━━ DATASET EXTRACT

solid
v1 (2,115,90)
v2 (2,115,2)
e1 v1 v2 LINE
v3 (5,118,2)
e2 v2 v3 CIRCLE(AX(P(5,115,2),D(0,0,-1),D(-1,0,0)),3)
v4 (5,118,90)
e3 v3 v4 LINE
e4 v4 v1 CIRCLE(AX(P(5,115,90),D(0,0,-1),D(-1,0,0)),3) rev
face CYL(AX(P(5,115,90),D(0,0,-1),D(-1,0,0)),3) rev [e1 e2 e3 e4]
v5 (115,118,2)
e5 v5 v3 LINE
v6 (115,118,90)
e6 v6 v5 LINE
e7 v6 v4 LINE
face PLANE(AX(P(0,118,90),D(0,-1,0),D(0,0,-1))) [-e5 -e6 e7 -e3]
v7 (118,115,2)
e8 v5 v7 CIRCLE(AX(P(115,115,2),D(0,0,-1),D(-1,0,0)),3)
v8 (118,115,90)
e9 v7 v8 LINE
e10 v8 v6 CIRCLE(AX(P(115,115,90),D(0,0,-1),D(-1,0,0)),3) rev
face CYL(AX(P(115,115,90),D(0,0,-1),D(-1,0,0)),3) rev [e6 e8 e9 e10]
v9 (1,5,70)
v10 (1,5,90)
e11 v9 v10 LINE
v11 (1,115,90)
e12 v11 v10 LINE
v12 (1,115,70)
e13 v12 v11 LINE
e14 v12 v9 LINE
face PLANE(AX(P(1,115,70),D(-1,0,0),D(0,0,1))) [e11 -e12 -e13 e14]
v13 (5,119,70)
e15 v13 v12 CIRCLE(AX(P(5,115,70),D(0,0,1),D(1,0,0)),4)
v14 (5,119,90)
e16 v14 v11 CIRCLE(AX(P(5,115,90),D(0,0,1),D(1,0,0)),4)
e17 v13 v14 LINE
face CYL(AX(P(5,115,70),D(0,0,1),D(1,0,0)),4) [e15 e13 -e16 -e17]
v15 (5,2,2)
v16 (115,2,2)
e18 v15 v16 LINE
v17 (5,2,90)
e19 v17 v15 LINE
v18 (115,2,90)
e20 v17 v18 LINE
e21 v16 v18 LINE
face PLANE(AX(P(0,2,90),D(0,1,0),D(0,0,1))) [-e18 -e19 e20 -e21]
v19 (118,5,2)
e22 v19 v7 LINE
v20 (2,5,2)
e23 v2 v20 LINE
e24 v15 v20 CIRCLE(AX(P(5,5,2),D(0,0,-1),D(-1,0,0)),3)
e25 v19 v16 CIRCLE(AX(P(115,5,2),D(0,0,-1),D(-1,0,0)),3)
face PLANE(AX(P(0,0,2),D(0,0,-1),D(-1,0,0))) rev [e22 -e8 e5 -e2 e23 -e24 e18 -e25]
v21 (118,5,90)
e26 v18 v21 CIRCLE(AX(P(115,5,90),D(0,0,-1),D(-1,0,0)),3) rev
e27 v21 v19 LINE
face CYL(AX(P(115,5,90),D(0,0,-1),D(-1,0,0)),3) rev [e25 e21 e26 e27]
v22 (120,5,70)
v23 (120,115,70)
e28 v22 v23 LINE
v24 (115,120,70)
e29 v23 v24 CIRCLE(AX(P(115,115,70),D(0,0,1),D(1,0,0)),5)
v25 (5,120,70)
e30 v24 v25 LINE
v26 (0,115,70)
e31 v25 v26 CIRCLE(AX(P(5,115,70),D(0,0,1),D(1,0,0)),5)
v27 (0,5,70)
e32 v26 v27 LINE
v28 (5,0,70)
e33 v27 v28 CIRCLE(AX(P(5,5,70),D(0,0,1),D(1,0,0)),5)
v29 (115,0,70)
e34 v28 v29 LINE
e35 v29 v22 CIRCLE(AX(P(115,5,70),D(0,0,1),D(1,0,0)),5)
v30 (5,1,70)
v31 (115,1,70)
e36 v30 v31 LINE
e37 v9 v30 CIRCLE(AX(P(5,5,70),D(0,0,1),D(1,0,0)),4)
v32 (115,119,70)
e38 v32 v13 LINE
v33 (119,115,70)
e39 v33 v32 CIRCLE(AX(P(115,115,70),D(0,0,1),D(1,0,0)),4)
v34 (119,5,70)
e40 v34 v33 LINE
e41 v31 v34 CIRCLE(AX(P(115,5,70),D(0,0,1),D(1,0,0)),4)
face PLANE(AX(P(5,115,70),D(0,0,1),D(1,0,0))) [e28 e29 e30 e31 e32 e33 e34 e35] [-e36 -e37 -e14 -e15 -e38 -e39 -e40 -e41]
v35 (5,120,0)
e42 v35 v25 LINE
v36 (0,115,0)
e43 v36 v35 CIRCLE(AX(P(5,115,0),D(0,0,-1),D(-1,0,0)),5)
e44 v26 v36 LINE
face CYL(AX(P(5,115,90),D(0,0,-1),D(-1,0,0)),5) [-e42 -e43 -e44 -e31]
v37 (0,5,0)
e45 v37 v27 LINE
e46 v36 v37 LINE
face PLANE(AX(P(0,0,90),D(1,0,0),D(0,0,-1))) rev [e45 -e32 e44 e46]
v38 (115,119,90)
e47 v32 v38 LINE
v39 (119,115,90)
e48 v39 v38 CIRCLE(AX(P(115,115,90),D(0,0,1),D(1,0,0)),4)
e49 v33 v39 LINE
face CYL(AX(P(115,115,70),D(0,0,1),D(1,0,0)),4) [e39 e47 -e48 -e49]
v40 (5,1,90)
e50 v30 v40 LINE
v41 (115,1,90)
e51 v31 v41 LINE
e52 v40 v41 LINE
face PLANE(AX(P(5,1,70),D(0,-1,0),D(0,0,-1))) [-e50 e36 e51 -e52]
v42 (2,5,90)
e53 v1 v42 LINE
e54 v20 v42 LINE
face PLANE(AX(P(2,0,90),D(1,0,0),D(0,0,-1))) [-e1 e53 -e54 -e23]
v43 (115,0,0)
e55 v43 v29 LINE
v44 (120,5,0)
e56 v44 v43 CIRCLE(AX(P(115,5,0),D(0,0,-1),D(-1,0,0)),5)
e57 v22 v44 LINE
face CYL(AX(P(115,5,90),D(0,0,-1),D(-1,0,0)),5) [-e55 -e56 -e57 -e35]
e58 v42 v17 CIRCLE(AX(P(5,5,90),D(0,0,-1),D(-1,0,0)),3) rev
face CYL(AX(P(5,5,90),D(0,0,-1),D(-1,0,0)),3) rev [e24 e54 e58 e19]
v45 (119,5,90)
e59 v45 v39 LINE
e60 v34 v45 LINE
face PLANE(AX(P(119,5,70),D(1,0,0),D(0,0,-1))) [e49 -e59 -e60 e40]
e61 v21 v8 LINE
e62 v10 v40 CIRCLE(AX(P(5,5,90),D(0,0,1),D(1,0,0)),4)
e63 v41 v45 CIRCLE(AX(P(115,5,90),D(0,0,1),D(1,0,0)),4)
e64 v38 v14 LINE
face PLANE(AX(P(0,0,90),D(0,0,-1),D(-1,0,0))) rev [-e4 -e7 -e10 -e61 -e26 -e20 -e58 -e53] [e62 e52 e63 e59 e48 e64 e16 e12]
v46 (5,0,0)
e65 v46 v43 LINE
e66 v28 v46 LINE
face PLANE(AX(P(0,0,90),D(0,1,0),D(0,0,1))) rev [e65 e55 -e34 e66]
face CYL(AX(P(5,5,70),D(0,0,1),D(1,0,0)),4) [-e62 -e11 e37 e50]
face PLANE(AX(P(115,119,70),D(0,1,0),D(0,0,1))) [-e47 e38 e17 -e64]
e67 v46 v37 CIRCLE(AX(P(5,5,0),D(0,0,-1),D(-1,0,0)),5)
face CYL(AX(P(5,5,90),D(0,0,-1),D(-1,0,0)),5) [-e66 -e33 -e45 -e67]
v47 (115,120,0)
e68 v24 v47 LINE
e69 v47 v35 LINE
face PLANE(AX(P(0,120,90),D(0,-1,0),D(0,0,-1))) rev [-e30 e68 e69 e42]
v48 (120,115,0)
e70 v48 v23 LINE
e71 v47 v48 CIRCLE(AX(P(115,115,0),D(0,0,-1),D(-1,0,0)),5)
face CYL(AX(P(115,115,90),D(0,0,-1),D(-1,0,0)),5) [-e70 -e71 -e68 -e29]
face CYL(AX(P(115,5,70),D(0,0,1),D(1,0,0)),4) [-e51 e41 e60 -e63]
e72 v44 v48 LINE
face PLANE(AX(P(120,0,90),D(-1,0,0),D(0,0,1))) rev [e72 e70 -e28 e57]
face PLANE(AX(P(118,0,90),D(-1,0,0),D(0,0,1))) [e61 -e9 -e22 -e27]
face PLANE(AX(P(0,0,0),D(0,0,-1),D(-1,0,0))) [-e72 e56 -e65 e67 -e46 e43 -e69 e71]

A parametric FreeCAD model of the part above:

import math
import FreeCAD as App
import Part
import Sketcher

V = App.Vector


def edges_at(feature, points):
    """Names of the edges that pass closest to the given points."""
    edges = feature.Shape.Edges
    near = lambda p: min(range(len(edges)), key=lambda i: edges[i].distToShape(Part.Vertex(*p))[0])
    return sorted({f"Edge{near(p) + 1}" for p in points})


def faces_at(feature, points):
    """Names of the faces that lie closest to the given points."""
    faces = feature.Shape.Faces
    near = lambda p: min(range(len(faces)), key=lambda i: faces[i].distToShape(Part.Vertex(*p))[0])
    return sorted({f"Face{near(p) + 1}" for p in points})


def add_polygon(sketch, points):
    """Adds a closed chain of lines whose ends are joined by coincident constraints."""
    first, n = sketch.GeometryCount, len(points)
    for a, b in zip(points, points[1:] + points[:1]):
        sketch.addGeometry(Part.LineSegment(App.Vector(*a, 0), App.Vector(*b, 0)), False)
    for i in range(n):
        sketch.addConstraint(Sketcher.Constraint("Coincident", first + i, 2, first + (i + 1) % n, 1))

doc = App.newDocument("Part")
body = doc.addObject("PartDesign::Body", "Body")

# Sketch on XY plane
sketch1 = doc.addObject("Sketcher::SketchObject", "Sketch")
body.addObject(sketch1)
sketch1.AttachmentSupport = (doc.XY_Plane, [""])
sketch1.MapMode = "FlatFace"
add_polygon(sketch1, [(0, 120), (0, 0), (120, 0), (120, 120)])  # lines 0-3
sketch1.addConstraint(Sketcher.Constraint("Vertical", 0))
sketch1.addConstraint(Sketcher.Constraint("Horizontal", 1))
sketch1.addConstraint(Sketcher.Constraint("Vertical", 2))
sketch1.addConstraint(Sketcher.Constraint("Horizontal", 3))
sketch1.addConstraint(Sketcher.Constraint("Coincident", 0, 2, -1, 1))
sketch1.addConstraint(Sketcher.Constraint("Equal", 3, 0))
sketch1.addConstraint(Sketcher.Constraint("DistanceX", 1, 1, 1, 2, 120.0))
pad1 = doc.addObject("PartDesign::Pad", "Pad")
body.addObject(pad1)
pad1.Profile = sketch1
pad1.Length = 90
doc.recompute()

fillet = doc.addObject("PartDesign::Fillet", "Fillet")
body.addObject(fillet)
fillet.Base = (pad1, edges_at(pad1, [
    (0, 120, 45),
    (120, 120, 45),
    (120, 0, 45),
    (0, 0, 45),
]))
fillet.Radius = 5
doc.recompute()

thickness = doc.addObject("PartDesign::Thickness", "Thickness")
body.addObject(thickness)
thickness.Base = (fillet, faces_at(fillet, [(60, 60, 90)]))
thickness.Value = 2
thickness.Reversed = True
thickness.Join = "Intersection"

# Sketch on XY plane
sketch2 = doc.addObject("Sketcher::SketchObject", "Sketch001")
body.addObject(sketch2)
sketch2.AttachmentSupport = (doc.XY_Plane, [""])
sketch2.MapMode = "FlatFace"
sketch2.AttachmentOffset = App.Placement(V(0, 0, 90), App.Rotation())
sketch2.addGeometry(Part.LineSegment(V(0, 115, 0), V(0, 5, 0)), False)
sketch2.addGeometry(Part.ArcOfCircle(Part.Circle(V(5, 5, 0), V(0, 0, 1), 5), math.radians(180), math.radians(270)), False)
sketch2.addGeometry(Part.LineSegment(V(5, 0, 0), V(115, 0, 0)), False)
sketch2.addGeometry(Part.ArcOfCircle(Part.Circle(V(115, 5, 0), V(0, 0, 1), 5), math.radians(-90), math.radians(0)), False)
sketch2.addGeometry(Part.LineSegment(V(120, 5, 0), V(120, 115, 0)), False)
sketch2.addGeometry(Part.ArcOfCircle(Part.Circle(V(115, 115, 0), V(0, 0, 1), 5), math.radians(0), math.radians(90)), False)
sketch2.addGeometry(Part.LineSegment(V(115, 120, 0), V(5, 120, 0)), False)
sketch2.addGeometry(Part.ArcOfCircle(Part.Circle(V(5, 115, 0), V(0, 0, 1), 5), math.radians(90), math.radians(180)), False)
sketch2.addGeometry(Part.LineSegment(V(1, 5, 0), V(1, 115, 0)), False)
sketch2.addGeometry(Part.ArcOfCircle(Part.Circle(V(5, 115, 0), V(0, 0, 1), 4), math.radians(90), math.radians(180)), False)
sketch2.addGeometry(Part.LineSegment(V(5, 119, 0), V(115, 119, 0)), False)
sketch2.addGeometry(Part.ArcOfCircle(Part.Circle(V(115, 115, 0), V(0, 0, 1), 4), math.radians(0), math.radians(90)), False)
sketch2.addGeometry(Part.LineSegment(V(119, 115, 0), V(119, 5, 0)), False)
sketch2.addGeometry(Part.ArcOfCircle(Part.Circle(V(115, 5, 0), V(0, 0, 1), 4), math.radians(-90), math.radians(0)), False)
sketch2.addGeometry(Part.LineSegment(V(115, 1, 0), V(5, 1, 0)), False)
sketch2.addGeometry(Part.ArcOfCircle(Part.Circle(V(5, 5, 0), V(0, 0, 1), 4), math.radians(180), math.radians(270)), False)
sketch2.addConstraint(Sketcher.Constraint("Tangent", 0, 2, 1, 1))
sketch2.addConstraint(Sketcher.Constraint("Tangent", 1, 2, 2, 1))
sketch2.addConstraint(Sketcher.Constraint("Tangent", 2, 2, 3, 1))
sketch2.addConstraint(Sketcher.Constraint("Tangent", 3, 2, 4, 1))
sketch2.addConstraint(Sketcher.Constraint("Tangent", 4, 2, 5, 1))
sketch2.addConstraint(Sketcher.Constraint("Tangent", 5, 2, 6, 1))
sketch2.addConstraint(Sketcher.Constraint("Tangent", 6, 2, 7, 1))
sketch2.addConstraint(Sketcher.Constraint("Tangent", 7, 2, 0, 1))
sketch2.addConstraint(Sketcher.Constraint("Tangent", 8, 2, 9, 2))
sketch2.addConstraint(Sketcher.Constraint("Tangent", 9, 1, 10, 1))
sketch2.addConstraint(Sketcher.Constraint("Tangent", 10, 2, 11, 2))
sketch2.addConstraint(Sketcher.Constraint("Tangent", 11, 1, 12, 1))
sketch2.addConstraint(Sketcher.Constraint("Tangent", 12, 2, 13, 2))
sketch2.addConstraint(Sketcher.Constraint("Tangent", 13, 1, 14, 1))
sketch2.addConstraint(Sketcher.Constraint("Tangent", 14, 2, 15, 2))
sketch2.addConstraint(Sketcher.Constraint("Tangent", 15, 1, 8, 1))
sketch2.addConstraint(Sketcher.Constraint("Vertical", 0))
sketch2.addConstraint(Sketcher.Constraint("Horizontal", 2))
sketch2.addConstraint(Sketcher.Constraint("Vertical", 4))
sketch2.addConstraint(Sketcher.Constraint("Horizontal", 6))
sketch2.addConstraint(Sketcher.Constraint("Vertical", 8))
sketch2.addConstraint(Sketcher.Constraint("Horizontal", 10))
sketch2.addConstraint(Sketcher.Constraint("Vertical", 12))
sketch2.addConstraint(Sketcher.Constraint("Horizontal", 14))
sketch2.addConstraint(Sketcher.Constraint("Coincident", 9, 3, 7, 3))
sketch2.addConstraint(Sketcher.Constraint("Coincident", 11, 3, 5, 3))
sketch2.addConstraint(Sketcher.Constraint("Coincident", 13, 3, 3, 3))
sketch2.addConstraint(Sketcher.Constraint("Equal", 1, 3))
sketch2.addConstraint(Sketcher.Constraint("Equal", 3, 5))
sketch2.addConstraint(Sketcher.Constraint("Equal", 5, 7))
sketch2.addConstraint(Sketcher.Constraint("Equal", 13, 15))
sketch2.addConstraint(Sketcher.Constraint("PointOnObject", 0, 2, -2))
sketch2.addConstraint(Sketcher.Constraint("PointOnObject", 1, 2, -1))
sketch2.addConstraint(Sketcher.Constraint("Equal", 14, 0))
sketch2.addConstraint(Sketcher.Constraint("Radius", 1, 5.0))
sketch2.addConstraint(Sketcher.Constraint("Radius", 9, 4.0))
sketch2.addConstraint(Sketcher.Constraint("DistanceX", 2, 1, 2, 2, 110.0))
pocket1 = doc.addObject("PartDesign::Pocket", "Pocket")
body.addObject(pocket1)
pocket1.Profile = sketch2
pocket1.Length = 20

doc.recompute()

━━━━

TASK DIRECTIONS: Please write out, exactly as they appear above, only the lines in the stretch from the line with "face PLANE(AX(P(0,0,2),D(0,0,-1),D(-1,0,0))) rev" through the line with "v24 (115,120,70)".

OUTPUT OF THE TASK:
face PLANE(AX(P(0,0,2),D(0,0,-1),D(-1,0,0))) rev [e22 -e8 e5 -e2 e23 -e24 e18 -e25]
v21 (118,5,90)
e26 v18 v21 CIRCLE(AX(P(115,5,90),D(0,0,-1),D(-1,0,0)),3) rev
e27 v21 v19 LINE
face CYL(AX(P(115,5,90),D(0,0,-1),D(-1,0,0)),3) rev [e25 e21 e26 e27]
v22 (120,5,70)
v23 (120,115,70)
e28 v22 v23 LINE
v24 (115,120,70)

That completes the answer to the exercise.